• Task objective: Repeat exactly, and only, the lines of the entries below from the one with "#52=LINE('',#50,#25);" through the one with "#72=LINE('',#65,#71);", both ends included.

[Stored data entries]
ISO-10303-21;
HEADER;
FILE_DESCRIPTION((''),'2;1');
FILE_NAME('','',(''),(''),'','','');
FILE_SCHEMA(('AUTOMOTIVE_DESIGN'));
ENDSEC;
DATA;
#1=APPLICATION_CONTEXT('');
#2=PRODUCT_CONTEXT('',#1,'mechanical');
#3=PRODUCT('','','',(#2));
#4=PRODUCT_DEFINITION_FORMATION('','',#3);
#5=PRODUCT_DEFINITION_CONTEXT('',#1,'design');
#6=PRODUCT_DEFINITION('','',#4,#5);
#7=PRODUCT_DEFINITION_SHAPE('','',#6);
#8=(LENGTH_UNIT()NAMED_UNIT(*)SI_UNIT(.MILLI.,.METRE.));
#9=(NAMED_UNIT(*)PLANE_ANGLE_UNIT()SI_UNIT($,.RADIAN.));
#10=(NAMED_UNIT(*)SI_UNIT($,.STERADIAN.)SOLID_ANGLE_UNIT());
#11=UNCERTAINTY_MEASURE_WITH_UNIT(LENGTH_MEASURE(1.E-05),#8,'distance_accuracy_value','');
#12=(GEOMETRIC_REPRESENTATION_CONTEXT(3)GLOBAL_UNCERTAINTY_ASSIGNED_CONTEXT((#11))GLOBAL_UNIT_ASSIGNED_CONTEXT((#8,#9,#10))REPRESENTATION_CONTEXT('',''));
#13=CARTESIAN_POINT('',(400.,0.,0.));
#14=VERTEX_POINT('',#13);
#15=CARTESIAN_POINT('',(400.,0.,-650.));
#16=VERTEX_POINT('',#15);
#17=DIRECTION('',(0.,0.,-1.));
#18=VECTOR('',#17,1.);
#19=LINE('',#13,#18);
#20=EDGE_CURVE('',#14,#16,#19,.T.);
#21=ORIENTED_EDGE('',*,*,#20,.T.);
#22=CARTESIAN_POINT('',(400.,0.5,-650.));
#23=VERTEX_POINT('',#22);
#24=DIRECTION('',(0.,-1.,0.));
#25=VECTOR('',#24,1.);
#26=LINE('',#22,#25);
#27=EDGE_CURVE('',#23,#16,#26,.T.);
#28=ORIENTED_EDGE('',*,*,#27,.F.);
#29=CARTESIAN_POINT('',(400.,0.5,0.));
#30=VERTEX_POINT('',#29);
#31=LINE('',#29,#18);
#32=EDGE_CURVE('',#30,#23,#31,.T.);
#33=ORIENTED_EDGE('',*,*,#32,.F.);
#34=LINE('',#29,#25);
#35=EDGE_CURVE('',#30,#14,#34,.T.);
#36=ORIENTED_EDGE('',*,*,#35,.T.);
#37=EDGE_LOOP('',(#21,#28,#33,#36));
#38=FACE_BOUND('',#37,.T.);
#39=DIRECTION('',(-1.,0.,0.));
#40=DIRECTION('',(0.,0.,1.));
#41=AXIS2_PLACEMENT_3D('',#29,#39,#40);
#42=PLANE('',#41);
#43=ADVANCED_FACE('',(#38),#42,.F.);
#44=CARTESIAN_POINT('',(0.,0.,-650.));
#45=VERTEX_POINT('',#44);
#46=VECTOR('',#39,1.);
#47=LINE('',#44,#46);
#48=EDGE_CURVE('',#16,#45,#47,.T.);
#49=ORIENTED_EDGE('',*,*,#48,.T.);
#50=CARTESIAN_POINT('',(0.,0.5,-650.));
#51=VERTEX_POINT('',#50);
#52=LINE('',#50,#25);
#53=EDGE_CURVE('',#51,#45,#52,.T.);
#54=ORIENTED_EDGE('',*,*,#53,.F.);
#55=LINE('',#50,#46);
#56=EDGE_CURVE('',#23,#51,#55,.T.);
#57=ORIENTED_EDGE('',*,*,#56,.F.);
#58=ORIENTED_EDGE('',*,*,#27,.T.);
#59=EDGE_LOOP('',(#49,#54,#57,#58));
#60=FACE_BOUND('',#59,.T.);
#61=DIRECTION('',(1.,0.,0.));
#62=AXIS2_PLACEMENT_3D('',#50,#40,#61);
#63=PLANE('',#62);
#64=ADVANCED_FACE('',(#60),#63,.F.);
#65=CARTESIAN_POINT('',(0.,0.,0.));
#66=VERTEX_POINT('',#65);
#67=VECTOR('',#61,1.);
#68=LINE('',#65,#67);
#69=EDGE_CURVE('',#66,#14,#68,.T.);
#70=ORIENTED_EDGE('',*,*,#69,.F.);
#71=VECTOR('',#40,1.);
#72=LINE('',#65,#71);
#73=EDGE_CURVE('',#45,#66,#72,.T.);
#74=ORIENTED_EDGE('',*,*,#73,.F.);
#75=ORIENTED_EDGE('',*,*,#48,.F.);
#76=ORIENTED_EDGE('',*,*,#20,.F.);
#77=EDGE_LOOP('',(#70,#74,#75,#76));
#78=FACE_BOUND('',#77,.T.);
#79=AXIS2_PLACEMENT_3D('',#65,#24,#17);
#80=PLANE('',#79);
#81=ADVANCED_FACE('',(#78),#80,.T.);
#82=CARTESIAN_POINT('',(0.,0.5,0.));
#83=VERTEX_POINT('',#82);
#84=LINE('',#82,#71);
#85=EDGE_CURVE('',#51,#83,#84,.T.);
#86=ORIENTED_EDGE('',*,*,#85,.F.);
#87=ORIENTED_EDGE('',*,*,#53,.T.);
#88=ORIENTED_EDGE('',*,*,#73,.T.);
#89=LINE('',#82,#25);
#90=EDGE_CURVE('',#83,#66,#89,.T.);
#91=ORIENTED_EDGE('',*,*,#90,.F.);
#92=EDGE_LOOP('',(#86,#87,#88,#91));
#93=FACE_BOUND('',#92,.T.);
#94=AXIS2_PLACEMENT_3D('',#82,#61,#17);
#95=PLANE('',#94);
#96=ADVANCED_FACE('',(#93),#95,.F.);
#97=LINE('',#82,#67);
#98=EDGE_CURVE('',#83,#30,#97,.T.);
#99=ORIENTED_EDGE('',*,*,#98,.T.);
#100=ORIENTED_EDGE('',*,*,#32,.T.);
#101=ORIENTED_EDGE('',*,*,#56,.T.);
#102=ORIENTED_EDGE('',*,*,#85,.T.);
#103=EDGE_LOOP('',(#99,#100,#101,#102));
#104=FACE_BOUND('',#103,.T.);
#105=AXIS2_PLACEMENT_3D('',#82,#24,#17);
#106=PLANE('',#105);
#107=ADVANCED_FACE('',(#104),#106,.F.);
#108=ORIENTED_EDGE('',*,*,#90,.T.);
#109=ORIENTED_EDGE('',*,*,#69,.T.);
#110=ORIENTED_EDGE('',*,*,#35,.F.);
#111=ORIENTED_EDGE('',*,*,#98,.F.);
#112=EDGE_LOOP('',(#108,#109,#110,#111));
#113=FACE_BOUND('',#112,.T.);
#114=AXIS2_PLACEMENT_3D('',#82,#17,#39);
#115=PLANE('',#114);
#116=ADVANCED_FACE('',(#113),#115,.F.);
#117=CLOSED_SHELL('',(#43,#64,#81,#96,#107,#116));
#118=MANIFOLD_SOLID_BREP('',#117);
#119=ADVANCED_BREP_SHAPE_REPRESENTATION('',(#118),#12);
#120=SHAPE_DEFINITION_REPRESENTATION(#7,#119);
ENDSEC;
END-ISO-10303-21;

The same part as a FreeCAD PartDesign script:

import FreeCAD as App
import Part
import Sketcher
from FreeCAD import Vector


def add_polygon(sketch, points):
    """Adds a closed chain of lines whose ends are joined by coincident constraints."""
    first, n = sketch.GeometryCount, len(points)
    for a, b in zip(points, points[1:] + points[:1]):
        sketch.addGeometry(Part.LineSegment(App.Vector(*a, 0), App.Vector(*b, 0)), False)
    for i in range(n):
        sketch.addConstraint(Sketcher.Constraint("Coincident", first + i, 2, first + (i + 1) % n, 1))

doc = App.newDocument("Part")
body = doc.addObject("PartDesign::Body", "Body")

# Sketch on XZ plane
sketch1 = doc.addObject("Sketcher::SketchObject", "Sketch")
body.addObject(sketch1)
sketch1.AttachmentSupport = (doc.XZ_Plane, [""])
sketch1.MapMode = "FlatFace"
add_polygon(sketch1, [(0, -650), (0, 0), (400, 0), (400, -650)])  # lines 0-3
sketch1.addConstraint(Sketcher.Constraint("Vertical", 0))
sketch1.addConstraint(Sketcher.Constraint("Horizontal", 1))
sketch1.addConstraint(Sketcher.Constraint("Vertical", 2))
sketch1.addConstraint(Sketcher.Constraint("Horizontal", 3))
sketch1.addConstraint(Sketcher.Constraint("Coincident", 0, 2, -1, 1))
sketch1.addConstraint(Sketcher.Constraint("DistanceX", 1, 1, 1, 2, 400.0))
sketch1.addConstraint(Sketcher.Constraint("DistanceY", 0, 1, 0, 2, 650.0))
pad1 = doc.addObject("PartDesign::Pad", "Pad")
body.addObject(pad1)
pad1.Profile = sketch1
pad1.Length = 0.5
pad1.Reversed = True

doc.recompute()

• Written response:
#52=LINE('',#50,#25);
#53=EDGE_CURVE('',#51,#45,#52,.T.);
#54=ORIENTED_EDGE('',*,*,#53,.F.);
#55=LINE('',#50,#46);
#56=EDGE_CURVE('',#23,#51,#55,.T.);
#57=ORIENTED_EDGE('',*,*,#56,.F.);
#58=ORIENTED_EDGE('',*,*,#27,.T.);
#59=EDGE_LOOP('',(#49,#54,#57,#58));
#60=FACE_BOUND('',#59,.T.);
#61=DIRECTION('',(1.,0.,0.));
#62=AXIS2_PLACEMENT_3D('',#50,#40,#61);
#63=PLANE('',#62);
#64=ADVANCED_FACE('',(#60),#63,.F.);
#65=CARTESIAN_POINT('',(0.,0.,0.));
#66=VERTEX_POINT('',#65);
#67=VECTOR('',#61,1.);
#68=LINE('',#65,#67);
#69=EDGE_CURVE('',#66,#14,#68,.T.);
#70=ORIENTED_EDGE('',*,*,#69,.F.);
#71=VECTOR('',#40,1.);
#72=LINE('',#65,#71);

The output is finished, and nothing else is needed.